I mentioned shamanism earlier in relation to Lewis-Williams's interpretations of European cave art, and his suggestion that modern humans may be the only species that can remember its dreams, hence providing the imaginative basis for spirit worlds to which humans may gain privileged access. He and others have argued that shamanism is an ancient form of religion, perhaps the very oldest, with an antiquity going back to the African Middle Stone Age at least. In both San and Paleolithic art there are representations of therianthropes (human–animal chimeras—the centaurs of Greek mythology, for example), and in recent depictions these often relate to “soul flights,” where the shaman's soul leaves the body during a trance and merges with or is possessed by a spiritually powerful animal. The trances may be brought on by repetitive chanting, dancing, or drumming, by sensory deprivation or sensory overload—for example, through eating, drinking, or smoking hallucinogenic plant compounds. In evolutionary terms, the benefits to the shaman may be obvious—high status and possibly privileged access to group resources or sexual partners—but what are the advantages to the group and the other individuals within it? This brings us to the tricky question of why spiritual beliefs evolved in the first place, and why they seem to have such a hold on humanity, despite occasional and largely unsuccessful attempts to cast them off.
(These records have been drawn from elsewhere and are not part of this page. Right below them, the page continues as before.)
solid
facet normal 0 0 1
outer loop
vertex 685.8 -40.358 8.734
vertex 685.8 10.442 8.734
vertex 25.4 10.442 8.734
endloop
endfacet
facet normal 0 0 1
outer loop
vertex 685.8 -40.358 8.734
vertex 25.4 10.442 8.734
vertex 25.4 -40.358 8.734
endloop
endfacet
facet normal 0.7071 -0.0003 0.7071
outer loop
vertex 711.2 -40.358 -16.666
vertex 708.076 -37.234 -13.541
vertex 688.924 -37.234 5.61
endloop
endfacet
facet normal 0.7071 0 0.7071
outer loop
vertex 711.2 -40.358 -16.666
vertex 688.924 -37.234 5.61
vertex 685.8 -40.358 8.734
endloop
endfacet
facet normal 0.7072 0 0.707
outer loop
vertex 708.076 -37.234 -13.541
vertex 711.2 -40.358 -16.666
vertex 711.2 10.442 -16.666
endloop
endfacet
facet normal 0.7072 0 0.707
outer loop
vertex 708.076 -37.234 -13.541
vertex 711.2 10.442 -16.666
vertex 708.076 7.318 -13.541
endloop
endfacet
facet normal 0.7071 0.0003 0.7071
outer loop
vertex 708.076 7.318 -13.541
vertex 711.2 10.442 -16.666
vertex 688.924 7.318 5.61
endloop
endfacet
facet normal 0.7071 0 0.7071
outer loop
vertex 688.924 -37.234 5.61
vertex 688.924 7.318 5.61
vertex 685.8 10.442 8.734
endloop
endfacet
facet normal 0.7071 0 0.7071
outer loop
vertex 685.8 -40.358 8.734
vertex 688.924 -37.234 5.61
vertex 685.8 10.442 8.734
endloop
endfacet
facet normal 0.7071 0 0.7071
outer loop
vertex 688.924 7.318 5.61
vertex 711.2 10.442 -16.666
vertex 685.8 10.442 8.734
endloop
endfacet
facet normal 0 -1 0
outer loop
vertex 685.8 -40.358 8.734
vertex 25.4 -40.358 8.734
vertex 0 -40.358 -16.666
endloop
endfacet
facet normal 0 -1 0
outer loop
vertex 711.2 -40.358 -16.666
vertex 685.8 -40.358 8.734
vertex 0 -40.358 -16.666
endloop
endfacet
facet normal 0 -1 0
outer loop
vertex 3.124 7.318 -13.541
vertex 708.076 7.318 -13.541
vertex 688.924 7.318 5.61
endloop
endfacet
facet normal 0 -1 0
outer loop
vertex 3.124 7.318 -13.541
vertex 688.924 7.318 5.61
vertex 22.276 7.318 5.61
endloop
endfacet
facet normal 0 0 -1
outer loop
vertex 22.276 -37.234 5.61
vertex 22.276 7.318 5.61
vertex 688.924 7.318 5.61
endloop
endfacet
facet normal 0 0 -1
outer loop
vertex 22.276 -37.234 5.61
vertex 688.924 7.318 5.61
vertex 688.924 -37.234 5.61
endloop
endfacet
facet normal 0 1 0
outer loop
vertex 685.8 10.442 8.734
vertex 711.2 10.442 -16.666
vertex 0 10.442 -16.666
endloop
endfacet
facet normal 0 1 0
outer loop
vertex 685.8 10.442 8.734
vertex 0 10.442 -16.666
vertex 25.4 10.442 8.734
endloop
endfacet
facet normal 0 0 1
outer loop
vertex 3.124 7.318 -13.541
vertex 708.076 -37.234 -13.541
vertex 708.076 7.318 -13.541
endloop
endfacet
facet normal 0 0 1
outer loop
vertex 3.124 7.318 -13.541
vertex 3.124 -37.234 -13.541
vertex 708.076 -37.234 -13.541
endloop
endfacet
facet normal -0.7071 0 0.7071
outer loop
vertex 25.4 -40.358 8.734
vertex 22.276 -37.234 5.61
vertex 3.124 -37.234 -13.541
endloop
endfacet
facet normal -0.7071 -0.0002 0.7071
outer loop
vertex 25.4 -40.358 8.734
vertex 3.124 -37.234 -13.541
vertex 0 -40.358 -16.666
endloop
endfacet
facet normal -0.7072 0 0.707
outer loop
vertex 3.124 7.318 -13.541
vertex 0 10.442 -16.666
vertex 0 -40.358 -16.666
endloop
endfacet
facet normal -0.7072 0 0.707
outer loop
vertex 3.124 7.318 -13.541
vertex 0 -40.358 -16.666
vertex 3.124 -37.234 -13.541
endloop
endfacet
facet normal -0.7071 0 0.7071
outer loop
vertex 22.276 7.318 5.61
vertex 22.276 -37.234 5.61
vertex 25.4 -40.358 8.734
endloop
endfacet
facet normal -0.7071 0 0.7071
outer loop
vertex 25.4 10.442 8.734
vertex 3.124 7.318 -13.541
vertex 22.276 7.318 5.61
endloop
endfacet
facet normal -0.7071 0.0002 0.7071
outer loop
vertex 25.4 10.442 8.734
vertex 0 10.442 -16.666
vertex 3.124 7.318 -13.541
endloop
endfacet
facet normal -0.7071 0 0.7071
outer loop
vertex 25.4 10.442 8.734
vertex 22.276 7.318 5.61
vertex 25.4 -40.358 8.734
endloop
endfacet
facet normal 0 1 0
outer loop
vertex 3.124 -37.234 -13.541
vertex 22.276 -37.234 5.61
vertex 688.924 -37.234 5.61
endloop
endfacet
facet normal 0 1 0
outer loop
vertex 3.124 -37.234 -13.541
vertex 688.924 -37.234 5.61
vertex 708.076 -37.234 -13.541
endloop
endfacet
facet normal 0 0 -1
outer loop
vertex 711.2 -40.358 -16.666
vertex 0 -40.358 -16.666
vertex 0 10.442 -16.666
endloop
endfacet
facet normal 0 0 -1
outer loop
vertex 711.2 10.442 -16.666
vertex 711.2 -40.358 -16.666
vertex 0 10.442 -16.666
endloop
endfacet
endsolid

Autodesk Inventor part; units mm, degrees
ref_plane "YZ Plane" through (0, 0, 0) normal (1, 0, 0) x (0, 1, 0)
ref_plane "XZ Plane" through (0, 0, 0) normal (0, 1, 0) x (-1, 0, 0)
ref_plane "XY Plane" through (0, 0, 0) normal (0, 0, 1) x (1, 0, 0)
sketch "Sketch1" plane through (0, 0, 0) normal (1, 0, 0) x (0, 1, 0)
  line L0 (10.4423, 8.7344) -> (-40.3577, 8.7344)
  line L1 (-40.3577, 8.7344) -> (-40.3577, -16.6656)
  line L2 (-40.3577, -16.6656) -> (10.4423, -16.6656)
  line L3 (10.4423, -16.6656) -> (10.4423, 8.7344)
  line L4 (7.3181, 5.6102) -> (-37.2335, 5.6102)
  line L5 (-37.2335, 5.6102) -> (-37.2335, -13.5414)
  line L6 (-37.2335, -13.5414) -> (7.3181, -13.5414)
  line L7 (7.3181, -13.5414) -> (7.3181, 5.6102)
  point P0 (0, 0)
  dimension "d0" = 50.8
  dimension "d1" = 25.4
  dimension "d2" = 3.1242
extrude "Extrusion1" add sketch "Sketch1" along normal blind 711.2
sketch "Sketch2" plane through (0, 10.4423, 8.7344) normal (0, 1, 0) x (1, 0, 0)
  line L0 (0, 25.4) -> (22.2758, 3.1242)
  line L1 (0, 3.1242) -> (711.2, 3.1242) projected
  line L2 (0, 25.4) -> (31.5027, 25.4) construction
  line L3 (22.2758, 3.1242) -> (38.5716, -13.1716)
  line L4 (0, 0) -> (711.2, 0) projected
  line L5 (25.4, 0) -> (0, 0)
  line L6 (0, 0) -> (0, 25.4)
  line L7 (711.2, 25.4) -> (678.2071, -7.5929)
  line L8 (711.2, 25.4) -> (757.859, 25.4) construction
  line L9 (685.8, 0) -> (711.2, 0)
  line L10 (711.2, 0) -> (711.2, 25.4)
  line L11 (711.2, 25.4) -> (711.2, 0) projected
  point P0 (0, 8.7344)
  dimension "d5" = 45
  dimension "d6" = 135
extrude "Extrusion2" cut sketch "Sketch2" against normal blind 711.2 contours L0 L1 L6 | L3 L4 L6 L1
extrude "Extrusion3" cut sketch "Sketch2" against normal blind 711.2 contours L7 L10 L1 | L1 L10 L4 L7
properties part number "28in 1x2"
For some, religious beliefs are a pathology—a mass delusion—or they are akin to a virus that perpetuates itself via information imprinted by adults on impressionable young minds. Others argue that spiritual beliefs evolved because they were useful to those who possessed them, and endowed survival on those individuals and their close relatives. Data show that human feelings such as depression, pessimism, and anxiety are handicaps to health and longevity, so religious beliefs that alleviated those “symptoms” could certainly have been favored. Humans do seem to be preprogrammed for religious beliefs, readily taking these onboard, however irrational they may seem to nonbelievers or those of different faiths—and this seems to be as true for adult converts as it is for religiously groomed children. There is disputed evidence that people with strong religious convictions tend to be healthier, live longer, have more surviving children, and are even somewhat wealthier than nonbelievers. If that was true in the past, selection would have favored those with religious beliefs, as long as the benefits outweighed the costs. (Religions or sects that demanded complete sexual abstinence or castration of male followers have understandably not thrived!)